Avery has a program you can download for pc's. Maybe other ones, not sure. You can add pictures, Steen to fill the label. Add text. Manipulate to your hearts content.


----------



## meadmaker1 (Apr 1, 2018)

Avery will do for sure, sometimes has loading issues, but waiting till tomorrow goes well with wine production
Ive learned to start with an x In the center and print as if a full sheet on a piece of plane paper to test for alignment 
I use a portable printer in my service van. my current one works awsome but the old one I could only do two at a time, flip it, two more and adjust alignment. Depending on version.
Avvery allows you to edit the photo to cover your chosen label


----------



## HarrysHomeBrew (Apr 1, 2018)

Still mad. I have a couple hrs of trying. Gonna give it a break for another day and look at some other apps. For what I am trying to do should be real easy but it is kicking my butt.


----------



## Jal5 (Apr 2, 2018)

Harry that program you are using may have some type of feature called "bring pic to front" "bring to back"? I had to adjust that one to allow me to manipulate my picture to fill the whole label square. Check that out. I started using Avery but got fed up and went to what I know: Microsoft Word using their label making feature as though I was making a 6 to a page sheet of labels for packages. worked fine. You need to manipulate your picture with a different program though to put writing across the top or bottom or whatever, then save that and insert it into the label.
Joe


----------



## ffemt128 (Apr 2, 2018)

Avery software worked fine for me... Take you picture and save it as a JPG then expand to fit label template.


----------



## cmason1957 (Apr 2, 2018)

ffemt128 said:


> Avery software worked fine for me... Take you picture and save it as a JPG then expand to fit label template.

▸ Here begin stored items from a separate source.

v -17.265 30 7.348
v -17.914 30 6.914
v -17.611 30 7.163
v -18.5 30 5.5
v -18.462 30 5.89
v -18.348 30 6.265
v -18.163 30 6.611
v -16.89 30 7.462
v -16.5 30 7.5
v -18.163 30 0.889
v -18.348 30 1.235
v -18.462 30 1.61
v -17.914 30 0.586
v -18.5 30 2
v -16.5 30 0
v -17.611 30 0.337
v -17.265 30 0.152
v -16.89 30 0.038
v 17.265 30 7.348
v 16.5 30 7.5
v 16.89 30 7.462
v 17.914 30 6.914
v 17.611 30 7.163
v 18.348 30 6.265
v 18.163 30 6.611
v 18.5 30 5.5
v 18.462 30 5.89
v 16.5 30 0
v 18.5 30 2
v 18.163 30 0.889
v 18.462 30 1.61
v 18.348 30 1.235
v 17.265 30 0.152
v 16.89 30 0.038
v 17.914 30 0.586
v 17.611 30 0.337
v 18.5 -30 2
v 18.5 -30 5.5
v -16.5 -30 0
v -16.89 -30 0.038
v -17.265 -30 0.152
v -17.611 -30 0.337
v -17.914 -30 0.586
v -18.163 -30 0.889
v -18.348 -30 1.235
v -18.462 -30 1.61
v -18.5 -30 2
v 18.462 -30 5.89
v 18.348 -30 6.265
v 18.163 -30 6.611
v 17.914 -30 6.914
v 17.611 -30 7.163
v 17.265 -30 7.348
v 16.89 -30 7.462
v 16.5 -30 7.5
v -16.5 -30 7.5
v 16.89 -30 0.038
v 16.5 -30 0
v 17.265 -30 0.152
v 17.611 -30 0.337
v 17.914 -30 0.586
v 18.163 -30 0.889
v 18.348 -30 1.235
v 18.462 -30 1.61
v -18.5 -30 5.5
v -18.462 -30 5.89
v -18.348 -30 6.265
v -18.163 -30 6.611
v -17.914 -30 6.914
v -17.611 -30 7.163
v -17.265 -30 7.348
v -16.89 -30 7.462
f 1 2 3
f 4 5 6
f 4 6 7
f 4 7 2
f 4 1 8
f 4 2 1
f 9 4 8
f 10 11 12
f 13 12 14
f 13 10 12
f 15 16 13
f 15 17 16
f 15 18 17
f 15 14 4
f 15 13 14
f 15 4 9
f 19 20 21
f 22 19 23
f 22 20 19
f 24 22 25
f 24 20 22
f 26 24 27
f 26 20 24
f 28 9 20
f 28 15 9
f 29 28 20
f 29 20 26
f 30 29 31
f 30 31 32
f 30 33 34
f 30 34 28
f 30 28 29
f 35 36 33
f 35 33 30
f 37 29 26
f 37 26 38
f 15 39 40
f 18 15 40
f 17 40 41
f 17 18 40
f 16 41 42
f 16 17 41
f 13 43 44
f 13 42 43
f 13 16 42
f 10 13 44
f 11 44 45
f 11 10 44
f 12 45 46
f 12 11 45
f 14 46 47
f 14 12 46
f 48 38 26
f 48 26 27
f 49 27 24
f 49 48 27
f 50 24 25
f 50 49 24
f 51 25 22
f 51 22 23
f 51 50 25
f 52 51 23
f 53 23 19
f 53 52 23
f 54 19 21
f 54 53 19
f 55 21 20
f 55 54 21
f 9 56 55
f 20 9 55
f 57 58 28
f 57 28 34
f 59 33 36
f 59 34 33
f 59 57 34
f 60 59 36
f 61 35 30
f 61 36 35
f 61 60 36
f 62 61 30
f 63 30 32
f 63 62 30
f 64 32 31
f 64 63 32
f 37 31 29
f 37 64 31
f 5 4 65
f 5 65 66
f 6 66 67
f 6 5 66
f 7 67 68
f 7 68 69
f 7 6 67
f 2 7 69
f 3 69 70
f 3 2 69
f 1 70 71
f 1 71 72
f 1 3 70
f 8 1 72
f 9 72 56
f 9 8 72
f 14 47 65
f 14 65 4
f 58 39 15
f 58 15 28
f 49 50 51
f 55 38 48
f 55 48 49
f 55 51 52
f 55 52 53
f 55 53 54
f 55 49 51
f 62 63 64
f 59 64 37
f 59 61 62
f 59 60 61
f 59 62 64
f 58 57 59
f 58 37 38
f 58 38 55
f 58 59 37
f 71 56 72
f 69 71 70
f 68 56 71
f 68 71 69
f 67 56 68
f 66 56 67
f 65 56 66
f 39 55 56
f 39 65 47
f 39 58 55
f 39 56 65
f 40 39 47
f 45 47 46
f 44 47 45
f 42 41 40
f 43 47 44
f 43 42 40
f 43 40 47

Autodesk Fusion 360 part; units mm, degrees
sketch "Sketch1" plane through (0, 0, 0) normal (0, 0, 1) x (1, 0, 0)
  line L0 (18.5, -30) -> (-18.5, -30)
  line L1 (-18.5, -30) -> (-18.5, 30)
  line L2 (-18.5, 30) -> (18.5, 30)
  line L3 (18.5, 30) -> (18.5, -30)
  line L4 (18.5, -30) -> (-18.5, 30) construction
  line L5 (-18.5, -30) -> (18.5, 30) construction
  dimension "d1" = 60
  dimension "d2" = 37
extrude "Extrude1" add sketch "Sketch1" along normal blind 7.5
fillet "Fillet1" radius 2 4 edges at (18.5, 0, 7.5) (18.5, 0, 0) (-18.5, 0, 7.5) (-18.5, 0, 0)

I am with you, the software does what I need it to. I select the type of label I have, grab my picture, stretch to the size I want it to be, Add text, either on top of or around the picture. The key thing about text on top of the picture, is making the picture a background image or setting the transparency to 70-80%.


----------



## Mismost (Apr 2, 2018)

Harry....I think it is the picture...change the picture to something besides your face and I bet works!


----------



## HarrysHomeBrew (Apr 2, 2018)

I have a Mac and never use it. I use my IPad the most. I will use my Mac and I will try to covert to jpeg if not I will take Mismost advice and use a different pictur without my ugly mug on it. I want it to age a month so I guess I have time to make labels. 

It is rediculas I have all the pictures I need. I put them on stretch them to fit the square and print and is does not cover the whole label. I am not adding any words just trying to print 6 labels per page without white space. Oh crap I am getting worked up again. Think I will open a bottle of wine.


----------



## wildhair (Apr 23, 2018)

I used the exact same label this weekend, Avery 6464 ~ but I just used Word to make the labels. It was really pretty easy. I downloaded the #8164 template, which is the 6 per sheet 3.33" X 4" shipping label and it opens in Word, Click on Page Layout > Page Colors to apply a background color to the whole page. Worked perfect for me.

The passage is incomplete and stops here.